Stored data entries:

%%

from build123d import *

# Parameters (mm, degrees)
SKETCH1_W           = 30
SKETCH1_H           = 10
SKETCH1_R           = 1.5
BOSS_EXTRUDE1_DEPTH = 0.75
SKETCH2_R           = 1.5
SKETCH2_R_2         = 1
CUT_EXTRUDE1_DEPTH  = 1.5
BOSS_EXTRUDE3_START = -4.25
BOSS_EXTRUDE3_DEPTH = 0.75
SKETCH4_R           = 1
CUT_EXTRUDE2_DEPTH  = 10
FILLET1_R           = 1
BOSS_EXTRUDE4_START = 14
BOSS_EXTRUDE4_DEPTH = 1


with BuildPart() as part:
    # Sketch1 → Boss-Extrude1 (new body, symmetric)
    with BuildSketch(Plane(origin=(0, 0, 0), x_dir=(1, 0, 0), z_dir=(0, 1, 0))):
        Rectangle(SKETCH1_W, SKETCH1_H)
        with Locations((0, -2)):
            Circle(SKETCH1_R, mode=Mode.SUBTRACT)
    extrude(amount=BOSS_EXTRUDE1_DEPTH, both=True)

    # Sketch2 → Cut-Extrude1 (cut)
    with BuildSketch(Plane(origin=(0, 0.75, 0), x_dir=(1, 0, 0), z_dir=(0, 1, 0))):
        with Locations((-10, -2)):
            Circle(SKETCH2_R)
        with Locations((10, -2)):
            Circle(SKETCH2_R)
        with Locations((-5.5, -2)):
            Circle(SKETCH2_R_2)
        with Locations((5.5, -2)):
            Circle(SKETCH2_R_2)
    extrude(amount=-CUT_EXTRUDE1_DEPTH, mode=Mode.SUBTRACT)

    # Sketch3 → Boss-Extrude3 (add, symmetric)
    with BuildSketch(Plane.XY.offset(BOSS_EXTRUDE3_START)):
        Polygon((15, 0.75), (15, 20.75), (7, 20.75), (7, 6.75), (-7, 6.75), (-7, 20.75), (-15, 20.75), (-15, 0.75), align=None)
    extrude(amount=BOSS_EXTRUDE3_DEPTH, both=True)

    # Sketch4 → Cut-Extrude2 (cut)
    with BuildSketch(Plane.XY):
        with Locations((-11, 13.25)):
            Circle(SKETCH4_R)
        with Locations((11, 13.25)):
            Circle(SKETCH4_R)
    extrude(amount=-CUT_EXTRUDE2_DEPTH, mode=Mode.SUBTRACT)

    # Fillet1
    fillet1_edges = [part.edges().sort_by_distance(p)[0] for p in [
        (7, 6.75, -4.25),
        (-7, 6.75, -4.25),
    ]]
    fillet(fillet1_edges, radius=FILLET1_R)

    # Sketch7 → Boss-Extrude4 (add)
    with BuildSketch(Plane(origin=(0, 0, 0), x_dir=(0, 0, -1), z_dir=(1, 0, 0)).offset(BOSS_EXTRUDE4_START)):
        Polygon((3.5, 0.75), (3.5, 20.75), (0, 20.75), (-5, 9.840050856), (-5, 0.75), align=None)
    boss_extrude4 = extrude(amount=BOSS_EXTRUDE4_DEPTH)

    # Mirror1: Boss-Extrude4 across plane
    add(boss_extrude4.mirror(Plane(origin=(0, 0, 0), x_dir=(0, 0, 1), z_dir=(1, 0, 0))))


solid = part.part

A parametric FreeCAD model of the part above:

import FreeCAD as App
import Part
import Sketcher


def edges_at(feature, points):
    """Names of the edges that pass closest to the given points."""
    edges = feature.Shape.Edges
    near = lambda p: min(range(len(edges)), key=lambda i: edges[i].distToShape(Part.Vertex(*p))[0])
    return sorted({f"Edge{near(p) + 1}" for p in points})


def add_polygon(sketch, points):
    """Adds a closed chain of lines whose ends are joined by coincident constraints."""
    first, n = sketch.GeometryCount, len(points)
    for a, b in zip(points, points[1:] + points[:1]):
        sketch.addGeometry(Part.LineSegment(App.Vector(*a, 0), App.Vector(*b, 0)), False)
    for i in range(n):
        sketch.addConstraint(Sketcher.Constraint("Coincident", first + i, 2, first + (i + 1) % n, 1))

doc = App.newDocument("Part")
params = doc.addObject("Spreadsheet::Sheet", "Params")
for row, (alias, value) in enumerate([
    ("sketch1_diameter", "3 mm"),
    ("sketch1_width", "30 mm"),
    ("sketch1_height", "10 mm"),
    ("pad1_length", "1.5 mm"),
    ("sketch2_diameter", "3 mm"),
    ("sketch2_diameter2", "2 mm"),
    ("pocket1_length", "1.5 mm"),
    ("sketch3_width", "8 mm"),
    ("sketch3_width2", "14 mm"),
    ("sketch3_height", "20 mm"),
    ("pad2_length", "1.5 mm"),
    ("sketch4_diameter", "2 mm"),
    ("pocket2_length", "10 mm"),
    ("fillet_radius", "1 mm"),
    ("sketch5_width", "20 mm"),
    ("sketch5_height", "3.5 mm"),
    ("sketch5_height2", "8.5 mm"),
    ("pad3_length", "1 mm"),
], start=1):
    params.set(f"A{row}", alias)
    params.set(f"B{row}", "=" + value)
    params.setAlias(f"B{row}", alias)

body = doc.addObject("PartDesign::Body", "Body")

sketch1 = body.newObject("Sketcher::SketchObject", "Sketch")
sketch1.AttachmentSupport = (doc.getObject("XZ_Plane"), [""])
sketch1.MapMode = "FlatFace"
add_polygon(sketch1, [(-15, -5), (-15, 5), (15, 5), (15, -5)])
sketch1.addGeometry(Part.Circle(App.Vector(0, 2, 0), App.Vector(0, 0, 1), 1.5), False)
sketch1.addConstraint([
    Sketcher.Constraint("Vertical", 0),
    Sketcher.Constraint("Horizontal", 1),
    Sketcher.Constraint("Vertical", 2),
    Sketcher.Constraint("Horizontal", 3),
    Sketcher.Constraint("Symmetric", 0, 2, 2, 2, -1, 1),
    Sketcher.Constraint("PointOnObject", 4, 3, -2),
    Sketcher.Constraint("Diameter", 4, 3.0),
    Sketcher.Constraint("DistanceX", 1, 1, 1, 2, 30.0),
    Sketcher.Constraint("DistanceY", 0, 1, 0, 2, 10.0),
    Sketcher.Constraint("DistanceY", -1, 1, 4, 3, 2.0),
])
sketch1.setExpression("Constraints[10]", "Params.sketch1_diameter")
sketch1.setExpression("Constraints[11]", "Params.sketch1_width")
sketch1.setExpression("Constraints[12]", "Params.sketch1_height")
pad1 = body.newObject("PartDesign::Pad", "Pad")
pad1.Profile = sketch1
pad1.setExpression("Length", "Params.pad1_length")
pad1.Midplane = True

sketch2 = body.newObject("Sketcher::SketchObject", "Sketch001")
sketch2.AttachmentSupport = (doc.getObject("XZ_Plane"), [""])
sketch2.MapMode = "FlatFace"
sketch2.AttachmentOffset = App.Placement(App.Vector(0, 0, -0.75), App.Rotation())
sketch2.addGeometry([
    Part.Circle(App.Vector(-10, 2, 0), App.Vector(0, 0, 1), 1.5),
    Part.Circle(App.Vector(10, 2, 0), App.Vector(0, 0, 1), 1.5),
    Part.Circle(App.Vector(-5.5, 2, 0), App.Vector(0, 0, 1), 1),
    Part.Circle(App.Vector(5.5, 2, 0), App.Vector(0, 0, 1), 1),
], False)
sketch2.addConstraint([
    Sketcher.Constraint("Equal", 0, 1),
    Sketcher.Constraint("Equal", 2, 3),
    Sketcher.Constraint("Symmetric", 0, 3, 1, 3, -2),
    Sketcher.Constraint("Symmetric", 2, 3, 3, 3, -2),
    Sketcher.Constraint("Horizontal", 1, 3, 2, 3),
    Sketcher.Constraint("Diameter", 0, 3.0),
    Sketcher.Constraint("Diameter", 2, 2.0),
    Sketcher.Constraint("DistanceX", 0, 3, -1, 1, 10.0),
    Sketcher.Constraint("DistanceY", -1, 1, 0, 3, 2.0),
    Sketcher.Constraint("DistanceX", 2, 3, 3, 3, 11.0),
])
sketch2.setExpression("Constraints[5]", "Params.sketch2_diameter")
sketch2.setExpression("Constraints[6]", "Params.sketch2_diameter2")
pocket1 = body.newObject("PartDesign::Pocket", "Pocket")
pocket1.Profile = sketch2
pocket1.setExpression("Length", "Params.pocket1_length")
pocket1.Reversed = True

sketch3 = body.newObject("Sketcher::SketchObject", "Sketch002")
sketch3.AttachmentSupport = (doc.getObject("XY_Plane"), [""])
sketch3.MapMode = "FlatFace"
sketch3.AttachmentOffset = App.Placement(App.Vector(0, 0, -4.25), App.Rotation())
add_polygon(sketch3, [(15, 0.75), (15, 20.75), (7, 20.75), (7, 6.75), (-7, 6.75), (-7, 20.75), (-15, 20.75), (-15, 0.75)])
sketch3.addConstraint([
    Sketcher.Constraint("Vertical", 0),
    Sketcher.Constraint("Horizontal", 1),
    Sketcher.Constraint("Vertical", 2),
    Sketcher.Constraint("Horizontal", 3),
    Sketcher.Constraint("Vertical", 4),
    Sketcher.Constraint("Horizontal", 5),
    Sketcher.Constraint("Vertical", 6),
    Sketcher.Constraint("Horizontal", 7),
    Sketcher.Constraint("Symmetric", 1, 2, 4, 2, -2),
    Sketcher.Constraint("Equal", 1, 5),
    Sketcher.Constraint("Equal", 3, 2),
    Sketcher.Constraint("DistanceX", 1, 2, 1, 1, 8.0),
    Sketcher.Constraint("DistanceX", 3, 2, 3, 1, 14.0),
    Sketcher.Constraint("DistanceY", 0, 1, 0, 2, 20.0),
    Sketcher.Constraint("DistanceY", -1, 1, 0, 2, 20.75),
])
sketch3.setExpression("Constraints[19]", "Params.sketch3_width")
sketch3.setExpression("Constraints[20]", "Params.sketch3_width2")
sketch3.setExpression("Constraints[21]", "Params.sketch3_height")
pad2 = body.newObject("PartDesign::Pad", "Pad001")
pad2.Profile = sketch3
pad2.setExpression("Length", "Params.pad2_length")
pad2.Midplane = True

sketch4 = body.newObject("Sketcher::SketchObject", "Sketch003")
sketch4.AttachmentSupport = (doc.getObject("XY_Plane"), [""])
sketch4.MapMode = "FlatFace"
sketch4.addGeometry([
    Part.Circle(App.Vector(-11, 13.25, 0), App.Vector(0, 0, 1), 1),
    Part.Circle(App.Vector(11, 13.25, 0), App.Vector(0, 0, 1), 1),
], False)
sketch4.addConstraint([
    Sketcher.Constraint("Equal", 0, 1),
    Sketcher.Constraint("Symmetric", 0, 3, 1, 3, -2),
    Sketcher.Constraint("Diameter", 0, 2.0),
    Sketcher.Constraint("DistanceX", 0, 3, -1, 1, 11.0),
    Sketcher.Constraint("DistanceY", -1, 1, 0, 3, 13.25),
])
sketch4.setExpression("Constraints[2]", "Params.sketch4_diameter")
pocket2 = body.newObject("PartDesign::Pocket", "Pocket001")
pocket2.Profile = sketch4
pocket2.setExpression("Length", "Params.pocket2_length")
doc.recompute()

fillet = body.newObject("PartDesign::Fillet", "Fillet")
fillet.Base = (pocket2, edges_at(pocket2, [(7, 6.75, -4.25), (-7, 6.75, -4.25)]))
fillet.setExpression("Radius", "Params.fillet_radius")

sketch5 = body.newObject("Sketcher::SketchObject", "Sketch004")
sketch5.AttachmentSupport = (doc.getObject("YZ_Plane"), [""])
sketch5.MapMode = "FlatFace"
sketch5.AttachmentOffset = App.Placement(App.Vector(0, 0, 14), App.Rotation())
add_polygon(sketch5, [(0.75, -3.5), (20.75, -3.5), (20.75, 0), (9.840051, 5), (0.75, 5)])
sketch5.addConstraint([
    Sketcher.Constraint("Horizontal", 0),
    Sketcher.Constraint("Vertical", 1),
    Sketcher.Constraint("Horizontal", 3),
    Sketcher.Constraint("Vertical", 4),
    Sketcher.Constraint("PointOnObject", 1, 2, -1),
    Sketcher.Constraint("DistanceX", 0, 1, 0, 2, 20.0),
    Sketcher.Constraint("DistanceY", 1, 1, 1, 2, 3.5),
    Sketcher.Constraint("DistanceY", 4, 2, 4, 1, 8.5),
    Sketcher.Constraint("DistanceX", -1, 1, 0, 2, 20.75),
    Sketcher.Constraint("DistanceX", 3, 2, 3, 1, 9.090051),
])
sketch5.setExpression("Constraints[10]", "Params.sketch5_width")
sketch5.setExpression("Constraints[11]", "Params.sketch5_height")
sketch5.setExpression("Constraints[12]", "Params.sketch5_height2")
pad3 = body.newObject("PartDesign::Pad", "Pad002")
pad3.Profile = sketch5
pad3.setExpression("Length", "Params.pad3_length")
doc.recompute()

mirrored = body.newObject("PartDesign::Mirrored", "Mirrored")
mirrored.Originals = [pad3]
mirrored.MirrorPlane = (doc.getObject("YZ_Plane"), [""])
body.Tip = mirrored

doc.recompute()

%%

* _What is required_
Write down every line of the data above that includes the string "both".

* _Answer to the exercise_
    extrude(amount=BOSS_EXTRUDE1_DEPTH, both=True)
    extrude(amount=BOSS_EXTRUDE3_DEPTH, both=True)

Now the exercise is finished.